Diversification Opportunities for Flex and PAR Technology

0.58
  Correlation Coefficient

Very weak diversification

The 3 months correlation between Flex and PAR is 0.58. Overlapping area represents the amount of risk that can be diversified away by holding Flex and PAR Technology in the same portfolio, assuming nothing else is changed. The correlation between historical prices or returns on PAR Technology and Flex is a relative statistical measure of the degree to which these equity instruments tend to move together. The correlation coefficient measures the extent to which returns on Flex are associated (or correlated) with PAR Technology. Values of the correlation coefficient range from -1 to +1, where. The correlation of zero (0) is possible when the price movement of PAR Technology has no effect on the direction of Flex i.e., Flex and PAR Technology go up and down completely randomly.

Pair Corralation between Flex and PAR Technology

Given the investment horizon of 90 days Flex is expected to generate 0.93 times more return on investment than PAR Technology. However, Flex is 1.07 times less risky than PAR Technology. It trades about -0.03 of its potential returns per unit of risk. PAR Technology is currently generating about -0.07 per unit of risk. If you would invest  3,953  in Flex on December 26, 2024 and sell it today you would lose (273.00) from holding Flex or give up 6.91% of portfolio value over 90 days.
Time Period3 Months [change]
DirectionMoves Together 
StrengthWeak
Accuracy100.0%
ValuesDaily Returns

Flex  vs.  PAR Technology

 Performance 
       Timeline  
Flex 

Risk-Adjusted Performance

Very Weak

 
Weak
 
Strong
Over the last 90 days Flex has generated negative risk-adjusted returns adding no value to investors with long positions. In spite of fairly strong technical and fundamental indicators, Flex is not utilizing all of its potentials. The recent stock price disturbance, may contribute to short-term losses for the investors.
PAR Technology 

Risk-Adjusted Performance

Very Weak

 
Weak
 
Strong
Over the last 90 days PAR Technology has generated negative risk-adjusted returns adding no value to investors with long positions. Even with abnormal performance in the last few months, the Stock's basic indicators remain relatively invariable which may send shares a bit higher in April 2025. The latest agitation may also be a sign of long-running up-swing for the enterprise retail investors.

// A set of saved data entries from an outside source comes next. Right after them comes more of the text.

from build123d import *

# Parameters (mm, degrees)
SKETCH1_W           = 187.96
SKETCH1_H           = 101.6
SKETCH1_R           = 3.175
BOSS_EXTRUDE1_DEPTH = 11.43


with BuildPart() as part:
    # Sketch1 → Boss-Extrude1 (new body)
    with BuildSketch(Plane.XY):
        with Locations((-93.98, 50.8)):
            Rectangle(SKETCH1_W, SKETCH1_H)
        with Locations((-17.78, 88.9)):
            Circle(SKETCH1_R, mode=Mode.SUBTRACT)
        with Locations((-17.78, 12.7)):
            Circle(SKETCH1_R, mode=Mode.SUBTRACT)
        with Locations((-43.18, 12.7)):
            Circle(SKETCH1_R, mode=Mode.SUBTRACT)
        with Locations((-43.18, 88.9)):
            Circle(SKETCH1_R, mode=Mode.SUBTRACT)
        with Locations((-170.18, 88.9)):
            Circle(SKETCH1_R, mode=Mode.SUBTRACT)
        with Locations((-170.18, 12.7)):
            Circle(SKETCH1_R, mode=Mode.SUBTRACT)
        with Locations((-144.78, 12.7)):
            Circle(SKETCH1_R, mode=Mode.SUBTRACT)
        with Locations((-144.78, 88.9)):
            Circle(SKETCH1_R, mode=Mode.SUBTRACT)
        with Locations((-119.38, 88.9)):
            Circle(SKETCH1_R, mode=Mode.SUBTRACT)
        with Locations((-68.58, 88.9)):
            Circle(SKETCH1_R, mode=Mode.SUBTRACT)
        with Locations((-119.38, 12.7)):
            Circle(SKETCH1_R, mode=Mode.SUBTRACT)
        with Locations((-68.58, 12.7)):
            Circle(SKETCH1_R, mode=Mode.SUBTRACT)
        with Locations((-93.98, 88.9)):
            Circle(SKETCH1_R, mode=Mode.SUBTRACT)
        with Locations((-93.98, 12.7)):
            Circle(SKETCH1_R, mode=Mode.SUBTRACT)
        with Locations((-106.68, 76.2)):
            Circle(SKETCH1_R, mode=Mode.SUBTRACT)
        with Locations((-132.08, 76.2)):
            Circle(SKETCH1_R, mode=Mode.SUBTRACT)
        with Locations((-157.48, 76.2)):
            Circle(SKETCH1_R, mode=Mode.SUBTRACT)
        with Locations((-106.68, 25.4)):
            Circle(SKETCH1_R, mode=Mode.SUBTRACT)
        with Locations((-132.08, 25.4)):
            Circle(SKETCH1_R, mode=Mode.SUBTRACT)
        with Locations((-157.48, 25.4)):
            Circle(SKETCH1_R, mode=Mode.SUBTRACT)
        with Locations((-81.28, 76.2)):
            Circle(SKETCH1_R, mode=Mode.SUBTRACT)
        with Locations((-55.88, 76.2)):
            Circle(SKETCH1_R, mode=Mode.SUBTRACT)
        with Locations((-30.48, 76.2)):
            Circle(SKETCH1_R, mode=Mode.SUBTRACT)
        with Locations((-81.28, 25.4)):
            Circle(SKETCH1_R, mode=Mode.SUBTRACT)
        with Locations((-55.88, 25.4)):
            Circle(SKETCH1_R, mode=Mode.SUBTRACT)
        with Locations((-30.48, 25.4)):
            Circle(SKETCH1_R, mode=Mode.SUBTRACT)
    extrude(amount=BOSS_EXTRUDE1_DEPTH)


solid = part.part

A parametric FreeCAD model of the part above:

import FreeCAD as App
import Part
import Sketcher
from FreeCAD import Vector
Q = App.Units.Quantity

doc = App.newDocument("Part")
params = doc.addObject("Spreadsheet::Sheet", "Params")
for row, (alias, value) in enumerate([
    ("sketch1_diameter", "0.25 in"),
    ("sketch1_height", "4 in"),
    ("sketch1_width", "7.4 in"),
    ("pad1_length", "0.45 in"),
], start=1):
    params.set(f"A{row}", alias)
    params.set(f"B{row}", "=" + value)
    params.setAlias(f"B{row}", alias)

body = doc.addObject("PartDesign::Body", "Body")

sketch1 = body.newObject("Sketcher::SketchObject", "Sketch")
sketch1.AttachmentSupport = (doc.getObject("XY_Plane"), [""])
sketch1.MapMode = "FlatFace"
sketch1.addGeometry([
    Part.LineSegment(Vector(-187.96, 101.6, 0), Vector(-187.96, 0, 0)),
    Part.LineSegment(Vector(-187.96, 0, 0), Vector(0, 0, 0)),
    Part.LineSegment(Vector(0, 0, 0), Vector(0, 101.6, 0)),
    Part.LineSegment(Vector(0, 101.6, 0), Vector(-187.96, 101.6, 0)),
    Part.Circle(Vector(-170.18, 12.7, 0), Vector(0, 0, 1), 3.175),
    Part.Circle(Vector(-144.78, 12.7, 0), Vector(0, 0, 1), 3.175),
    Part.Circle(Vector(-157.48, 25.4, 0), Vector(0, 0, 1), 3.175),
    Part.Circle(Vector(-119.38, 12.7, 0), Vector(0, 0, 1), 3.175),
    Part.Circle(Vector(-132.08, 25.4, 0), Vector(0, 0, 1), 3.175),
    Part.Circle(Vector(-106.68, 25.4, 0), Vector(0, 0, 1), 3.175),
    Part.Circle(Vector(-93.98, 12.7, 0), Vector(0, 0, 1), 3.175),
    Part.Circle(Vector(-68.58, 12.7, 0), Vector(0, 0, 1), 3.175),
    Part.Circle(Vector(-81.28, 25.4, 0), Vector(0, 0, 1), 3.175),
    Part.Circle(Vector(-55.88, 25.4, 0), Vector(0, 0, 1), 3.175),
    Part.Circle(Vector(-43.18, 12.7, 0), Vector(0, 0, 1), 3.175),
    Part.Circle(Vector(-17.78, 12.7, 0), Vector(0, 0, 1), 3.175),
    Part.Circle(Vector(-30.48, 25.4, 0), Vector(0, 0, 1), 3.175),
    Part.Circle(Vector(-157.48, 76.2, 0), Vector(0, 0, 1), 3.175),
    Part.Circle(Vector(-170.18, 88.9, 0), Vector(0, 0, 1), 3.175),
    Part.Circle(Vector(-144.78, 88.9, 0), Vector(0, 0, 1), 3.175),
    Part.Circle(Vector(-132.08, 76.2, 0), Vector(0, 0, 1), 3.175),
    Part.Circle(Vector(-106.68, 76.2, 0), Vector(0, 0, 1), 3.175),
    Part.Circle(Vector(-119.38, 88.9, 0), Vector(0, 0, 1), 3.175),
    Part.Circle(Vector(-81.28, 76.2, 0), Vector(0, 0, 1), 3.175),
    Part.Circle(Vector(-55.88, 76.2, 0), Vector(0, 0, 1), 3.175),
    Part.Circle(Vector(-93.98, 88.9, 0), Vector(0, 0, 1), 3.175),
    Part.Circle(Vector(-68.58, 88.9, 0), Vector(0, 0, 1), 3.175),
    Part.Circle(Vector(-30.48, 76.2, 0), Vector(0, 0, 1), 3.175),
    Part.Circle(Vector(-43.18, 88.9, 0), Vector(0, 0, 1), 3.175),
    Part.Circle(Vector(-17.78, 88.9, 0), Vector(0, 0, 1), 3.175),
], False)
sketch1.addConstraint([
    Sketcher.Constraint("Coincident", 0, 2, 1, 1),
    Sketcher.Constraint("Coincident", 1, 2, 2, 1),
    Sketcher.Constraint("Coincident", 2, 2, 3, 1),
    Sketcher.Constraint("Coincident", 3, 2, 0, 1),
    Sketcher.Constraint("Vertical", 0),
    Sketcher.Constraint("Horizontal", 1),
    Sketcher.Constraint("Vertical", 2),
    Sketcher.Constraint("Horizontal", 3),
    Sketcher.Constraint("Coincident", 1, 2, -1, 1),
    Sketcher.Constraint("Equal", 4, 5),
    Sketcher.Constraint("Equal", 5, 6),
    Sketcher.Constraint("Equal", 6, 7),
    Sketcher.Constraint("Equal", 7, 8),
    Sketcher.Constraint("Equal", 8, 9),
    Sketcher.Constraint("Equal", 9, 10),
    Sketcher.Constraint("Equal", 10, 11),
    Sketcher.Constraint("Equal", 11, 12),
    Sketcher.Constraint("Equal", 12, 13),
    Sketcher.Constraint("Equal", 13, 14),
    Sketcher.Constraint("Equal", 14, 15),
    Sketcher.Constraint("Equal", 15, 16),
    Sketcher.Constraint("Equal", 16, 17),
    Sketcher.Constraint("Equal", 17, 18),
    Sketcher.Constraint("Equal", 18, 19),
    Sketcher.Constraint("Equal", 19, 20),
    Sketcher.Constraint("Equal", 20, 21),
    Sketcher.Constraint("Equal", 21, 22),
    Sketcher.Constraint("Equal", 22, 23),
    Sketcher.Constraint("Equal", 23, 24),
    Sketcher.Constraint("Equal", 24, 25),
    Sketcher.Constraint("Equal", 25, 26),
    Sketcher.Constraint("Equal", 26, 27),
    Sketcher.Constraint("Equal", 27, 28),
    Sketcher.Constraint("Equal", 28, 29),
    Sketcher.Constraint("Horizontal", 4, 3, 5, 3),
    Sketcher.Constraint("Horizontal", 5, 3, 7, 3),
    Sketcher.Constraint("Horizontal", 6, 3, 8, 3),
    Sketcher.Constraint("Horizontal", 8, 3, 9, 3),
    Sketcher.Constraint("Horizontal", 7, 3, 10, 3),
    Sketcher.Constraint("Horizontal", 10, 3, 11, 3),
    Sketcher.Constraint("Horizontal", 9, 3, 12, 3),
    Sketcher.Constraint("Horizontal", 12, 3, 13, 3),
    Sketcher.Constraint("Horizontal", 11, 3, 14, 3),
    Sketcher.Constraint("Horizontal", 14, 3, 15, 3),
    Sketcher.Constraint("Horizontal", 13, 3, 16, 3),
    Sketcher.Constraint("Horizontal", 18, 3, 19, 3),
    Sketcher.Constraint("Horizontal", 17, 3, 20, 3),
    Sketcher.Constraint("Horizontal", 20, 3, 21, 3),
    Sketcher.Constraint("Horizontal", 19, 3, 22, 3),
    Sketcher.Constraint("Horizontal", 21, 3, 23, 3),
    Sketcher.Constraint("Horizontal", 23, 3, 24, 3),
    Sketcher.Constraint("Horizontal", 22, 3, 25, 3),
    Sketcher.Constraint("Horizontal", 25, 3, 26, 3),
    Sketcher.Constraint("Horizontal", 24, 3, 27, 3),
    Sketcher.Constraint("Horizontal", 26, 3, 28, 3),
    Sketcher.Constraint("Horizontal", 28, 3, 29, 3),
    Sketcher.Constraint("Vertical", 6, 3, 17, 3),
    Sketcher.Constraint("Vertical", 4, 3, 18, 3),
    Sketcher.Constraint("Vertical", 5, 3, 19, 3),
    Sketcher.Constraint("Vertical", 8, 3, 20, 3),
    Sketcher.Constraint("Vertical", 9, 3, 21, 3),
    Sketcher.Constraint("Vertical", 7, 3, 22, 3),
    Sketcher.Constraint("Vertical", 12, 3, 23, 3),
    Sketcher.Constraint("Vertical", 13, 3, 24, 3),
    Sketcher.Constraint("Vertical", 10, 3, 25, 3),
    Sketcher.Constraint("Vertical", 11, 3, 26, 3),
    Sketcher.Constraint("Vertical", 16, 3, 27, 3),
    Sketcher.Constraint("Vertical", 14, 3, 28, 3),
    Sketcher.Constraint("Vertical", 15, 3, 29, 3),
    Sketcher.Constraint("Diameter", 4, Q("0.25 in")),
    Sketcher.Constraint("DistanceY", 0, 2, 0, 1, Q("4 in")),
    Sketcher.Constraint("DistanceX", 1, 1, 1, 2, Q("7.4 in")),
    Sketcher.Constraint("DistanceY", -1, 1, 6, 3, Q("1 in")),
    Sketcher.Constraint("DistanceY", -1, 1, 17, 3, Q("3 in")),
    Sketcher.Constraint("DistanceX", 4, 3, 5, 3, Q("1 in")),
    Sketcher.Constraint("DistanceX", 5, 3, 7, 3, Q("1 in")),
    Sketcher.Constraint("DistanceX", 6, 3, 8, 3, Q("1 in")),
    Sketcher.Constraint("DistanceX", 8, 3, 9, 3, Q("1 in")),
    Sketcher.Constraint("DistanceX", 7, 3, 10, 3, Q("1 in")),
    Sketcher.Constraint("DistanceX", 10, 3, 11, 3, Q("1 in")),
    Sketcher.Constraint("DistanceX", 9, 3, 12, 3, Q("1 in")),
    Sketcher.Constraint("DistanceX", 12, 3, 13, 3, Q("1 in")),
    Sketcher.Constraint("DistanceX", 11, 3, 14, 3, Q("1 in")),
    Sketcher.Constraint("DistanceX", 14, 3, 15, 3, Q("1 in")),
    Sketcher.Constraint("DistanceX", 13, 3, 16, 3, Q("1 in")),
    Sketcher.Constraint("DistanceY", 4, 3, 18, 3, Q("3 in")),
    Sketcher.Constraint("DistanceX", 4, 3, -1, 1, Q("6.7 in")),
    Sketcher.Constraint("DistanceY", -1, 1, 4, 3, Q("0.5 in")),
    Sketcher.Constraint("DistanceX", 6, 3, -1, 1, Q("6.2 in")),
])
sketch1.setExpression("Constraints[69]", "Params.sketch1_diameter")
sketch1.setExpression("Constraints[70]", "Params.sketch1_height")
sketch1.setExpression("Constraints[71]", "Params.sketch1_width")
pad1 = body.newObject("PartDesign::Pad", "Pad")
pad1.Profile = sketch1
pad1.setExpression("Length", "Params.pad1_length")

doc.recompute()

Flex and PAR Technology Volatility Contrast

   Predicted Return Density   
       Returns  

Pair Trading with Flex and PAR Technology

The main advantage of trading using opposite Flex and PAR Technology positions is that it hedges away some unsystematic risk. Because of two separate transactions, even if Flex position performs unexpectedly, PAR Technology can make up some of the losses. Pair trading also minimizes risk from directional movements in the market. For example, if an entire industry or sector drops because of unexpected headlines, the short position in PAR Technology will offset losses from the drop in PAR Technology's long position.
The idea behind Flex and PAR Technology pairs trading is to make the combined position market-neutral, meaning the overall market's direction will not affect its win or loss (or potential downside or upside). This can be achieved by designing a pairs trade with two highly correlated stocks or equities that operate in a similar space or sector, making it possible to obtain profits through simple and relatively low-risk investment.
Check out your portfolio center.
Note that this page's information should be used as a complementary analysis to find the right mix of equity instruments to add to your existing portfolios or create a brand new portfolio. You can also try the Balance Of Power module to check stock momentum by analyzing Balance Of Power indicator and other technical ratios.